Sort of. There are lots of caveats (taking out a second mortgage removes some
of this protection, for example).

Also, in Washington, at least, this is only true if the lender opts to handle
it this way. They get a simplified process if it's non-recourse but if they
know you have lots of other assets, then absolutely CAN take you to court for
the difference, it's just far more costly and they can't use the simplified
procedure.

------
timthelion
There used to be big green feilds where people would fly their kites along the
river in the Karlín neighborhood of Prague. The feilds were privately owned,
but it was illegal to build on them, because they were seasonal flood grounds.
Now, new and very fancy offices and appartments are being built there, despite
the fact that we often have over a meter of floodwater there. I have no idea
what changed. In the same neighborhood is an old rotting building called the
Invalidovna [1], which was partly destroyed by flooding. It is about 200
meters from the shore of the river. Everything closer will be flooded even
worse. This is an issue that is of great interest to me in the analysis of
property rights. When the old building code was in effect, privately owned
land was turned into a defacto public park. No one wanted the city to lose
that park, but the private property was owned. Doesn't the owner have the
right to do with their land as they please? But really, it is in the interest
of no one except the owner that the owner should build there. Even the people
who buy the appartments are getting screwed in a way.

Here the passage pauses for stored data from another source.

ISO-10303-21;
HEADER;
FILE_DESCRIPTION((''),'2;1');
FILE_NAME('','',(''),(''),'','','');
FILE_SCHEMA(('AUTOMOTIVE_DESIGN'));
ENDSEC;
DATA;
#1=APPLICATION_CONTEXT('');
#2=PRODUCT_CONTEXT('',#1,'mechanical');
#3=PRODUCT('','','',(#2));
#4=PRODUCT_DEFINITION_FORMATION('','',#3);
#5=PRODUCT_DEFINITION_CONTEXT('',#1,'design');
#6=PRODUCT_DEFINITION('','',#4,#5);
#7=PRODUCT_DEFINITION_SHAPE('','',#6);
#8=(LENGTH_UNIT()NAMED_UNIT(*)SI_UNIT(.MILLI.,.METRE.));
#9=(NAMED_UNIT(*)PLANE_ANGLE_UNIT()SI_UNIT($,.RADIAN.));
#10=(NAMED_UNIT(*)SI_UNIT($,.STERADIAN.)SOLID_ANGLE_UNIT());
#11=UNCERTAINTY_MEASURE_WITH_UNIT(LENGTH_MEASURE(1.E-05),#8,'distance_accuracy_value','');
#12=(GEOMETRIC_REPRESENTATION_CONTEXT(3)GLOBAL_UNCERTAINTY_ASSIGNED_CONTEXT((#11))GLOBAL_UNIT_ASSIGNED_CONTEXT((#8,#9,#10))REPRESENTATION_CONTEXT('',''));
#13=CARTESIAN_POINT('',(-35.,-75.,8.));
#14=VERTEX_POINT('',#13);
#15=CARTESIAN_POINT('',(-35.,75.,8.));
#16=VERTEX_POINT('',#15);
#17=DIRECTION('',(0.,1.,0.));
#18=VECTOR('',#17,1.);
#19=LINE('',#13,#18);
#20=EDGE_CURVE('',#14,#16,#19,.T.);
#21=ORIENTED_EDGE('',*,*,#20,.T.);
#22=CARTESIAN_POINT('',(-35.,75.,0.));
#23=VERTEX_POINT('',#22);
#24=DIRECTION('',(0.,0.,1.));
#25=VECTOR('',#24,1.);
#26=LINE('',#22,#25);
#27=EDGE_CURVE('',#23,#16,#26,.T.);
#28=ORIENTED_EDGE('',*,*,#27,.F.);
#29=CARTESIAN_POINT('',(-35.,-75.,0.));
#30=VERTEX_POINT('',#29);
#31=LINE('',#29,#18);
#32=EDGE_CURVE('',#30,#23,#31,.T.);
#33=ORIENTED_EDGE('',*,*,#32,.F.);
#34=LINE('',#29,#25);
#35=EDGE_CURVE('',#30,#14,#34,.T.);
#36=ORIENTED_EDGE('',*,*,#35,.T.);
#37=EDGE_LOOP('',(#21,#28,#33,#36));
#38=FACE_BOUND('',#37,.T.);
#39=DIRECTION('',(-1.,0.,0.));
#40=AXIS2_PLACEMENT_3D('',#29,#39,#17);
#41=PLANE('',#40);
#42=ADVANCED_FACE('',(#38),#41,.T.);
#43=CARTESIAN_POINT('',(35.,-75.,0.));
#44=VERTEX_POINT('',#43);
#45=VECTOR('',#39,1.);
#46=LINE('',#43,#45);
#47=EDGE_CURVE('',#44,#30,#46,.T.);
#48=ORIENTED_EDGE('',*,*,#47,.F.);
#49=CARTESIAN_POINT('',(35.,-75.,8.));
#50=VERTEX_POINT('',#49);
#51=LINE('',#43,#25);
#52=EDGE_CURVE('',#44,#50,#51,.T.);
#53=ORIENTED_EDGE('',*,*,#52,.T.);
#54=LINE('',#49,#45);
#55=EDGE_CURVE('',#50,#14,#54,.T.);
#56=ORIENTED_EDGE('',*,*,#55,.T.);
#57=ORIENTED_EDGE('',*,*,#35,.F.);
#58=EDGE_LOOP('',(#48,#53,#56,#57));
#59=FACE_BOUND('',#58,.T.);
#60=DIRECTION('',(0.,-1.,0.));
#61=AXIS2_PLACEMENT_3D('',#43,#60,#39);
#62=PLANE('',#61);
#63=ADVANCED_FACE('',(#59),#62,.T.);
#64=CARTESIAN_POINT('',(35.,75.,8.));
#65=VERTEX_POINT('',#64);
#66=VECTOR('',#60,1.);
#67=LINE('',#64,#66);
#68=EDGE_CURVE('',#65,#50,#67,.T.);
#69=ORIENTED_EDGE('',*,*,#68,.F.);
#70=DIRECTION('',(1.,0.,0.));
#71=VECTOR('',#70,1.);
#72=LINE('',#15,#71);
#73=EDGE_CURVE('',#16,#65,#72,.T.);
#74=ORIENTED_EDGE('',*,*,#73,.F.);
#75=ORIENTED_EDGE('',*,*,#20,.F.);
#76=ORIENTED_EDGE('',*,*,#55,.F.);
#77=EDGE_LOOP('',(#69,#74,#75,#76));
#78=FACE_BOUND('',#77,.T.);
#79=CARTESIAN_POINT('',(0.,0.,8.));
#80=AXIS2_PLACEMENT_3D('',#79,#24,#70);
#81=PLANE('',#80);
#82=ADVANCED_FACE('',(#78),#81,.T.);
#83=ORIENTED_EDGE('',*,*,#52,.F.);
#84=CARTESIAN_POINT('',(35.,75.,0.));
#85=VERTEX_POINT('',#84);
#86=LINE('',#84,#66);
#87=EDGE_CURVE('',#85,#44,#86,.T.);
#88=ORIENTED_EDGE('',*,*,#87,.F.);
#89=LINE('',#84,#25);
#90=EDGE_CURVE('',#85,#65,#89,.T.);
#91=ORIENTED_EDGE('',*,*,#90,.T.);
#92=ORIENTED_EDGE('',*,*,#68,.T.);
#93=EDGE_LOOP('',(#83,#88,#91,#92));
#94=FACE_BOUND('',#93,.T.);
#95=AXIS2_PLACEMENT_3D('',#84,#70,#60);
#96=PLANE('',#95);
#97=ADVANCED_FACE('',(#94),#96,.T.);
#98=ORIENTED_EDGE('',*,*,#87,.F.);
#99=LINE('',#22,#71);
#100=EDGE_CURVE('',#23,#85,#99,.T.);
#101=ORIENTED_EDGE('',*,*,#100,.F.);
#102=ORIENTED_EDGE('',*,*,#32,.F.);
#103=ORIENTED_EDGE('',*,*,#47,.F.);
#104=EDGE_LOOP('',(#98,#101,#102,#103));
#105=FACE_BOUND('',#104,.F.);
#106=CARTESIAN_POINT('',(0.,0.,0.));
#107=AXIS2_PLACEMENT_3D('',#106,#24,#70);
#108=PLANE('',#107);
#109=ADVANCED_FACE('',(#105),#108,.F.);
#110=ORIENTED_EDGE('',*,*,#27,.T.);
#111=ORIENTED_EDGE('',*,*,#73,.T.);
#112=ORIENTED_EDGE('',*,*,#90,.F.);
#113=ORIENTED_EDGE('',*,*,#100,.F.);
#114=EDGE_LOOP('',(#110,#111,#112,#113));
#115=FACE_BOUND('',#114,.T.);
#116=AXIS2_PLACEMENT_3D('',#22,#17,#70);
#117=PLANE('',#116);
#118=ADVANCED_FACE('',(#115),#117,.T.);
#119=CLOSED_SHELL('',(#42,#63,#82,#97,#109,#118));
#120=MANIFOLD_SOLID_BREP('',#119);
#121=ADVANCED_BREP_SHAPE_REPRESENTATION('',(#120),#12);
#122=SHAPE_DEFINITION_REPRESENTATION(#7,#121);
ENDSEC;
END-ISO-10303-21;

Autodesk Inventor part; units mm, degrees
ref_plane "YZ Plane" through (0, 0, 0) normal (1, 0, 0) x (0, 1, 0)
ref_plane "XZ Plane" through (0, 0, 0) normal (0, 1, 0) x (-1, 0, 0)
ref_plane "XY Plane" through (0, 0, 0) normal (0, 0, 1) x (1, 0, 0)
sketch "Sketch1" plane through (0, 0, 0) normal (0, 0, 1) x (1, 0, 0)
  line L0 (-35, 75) -> (35, 75)
  line L1 (35, 75) -> (35, -75)
  line L2 (35, -75) -> (-35, -75)
  line L3 (-35, -75) -> (-35, 75)
  point P0 (0, 0)
  dimension "d0" = 70
  dimension "d1" = 150
  dimension "d2" = 75
  dimension "d3" = 35
extrude "Extrusion1" add sketch "Sketch1" along normal blind 8
equation "\"d2\" = 0.5 * d1"
equation "\"d3\" = 0.5 * d0"
properties part number "mobile vertical plate"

And what is the fairness of declaring the land a flood plane in the first
place. People owned that land before it was declared a flood plane. The
government, with the stroke of a pen makes land worthless or worth millions.
It is just one of those great examples of how capitalism is chaotic, unjust,
and senseless and why we should never assume that someone deserves to be rich
and others deserve to be poor.

[1]
[https://en.wikipedia.org/wiki/Invalidovna](https://en.wikipedia.org/wiki/Invalidovna)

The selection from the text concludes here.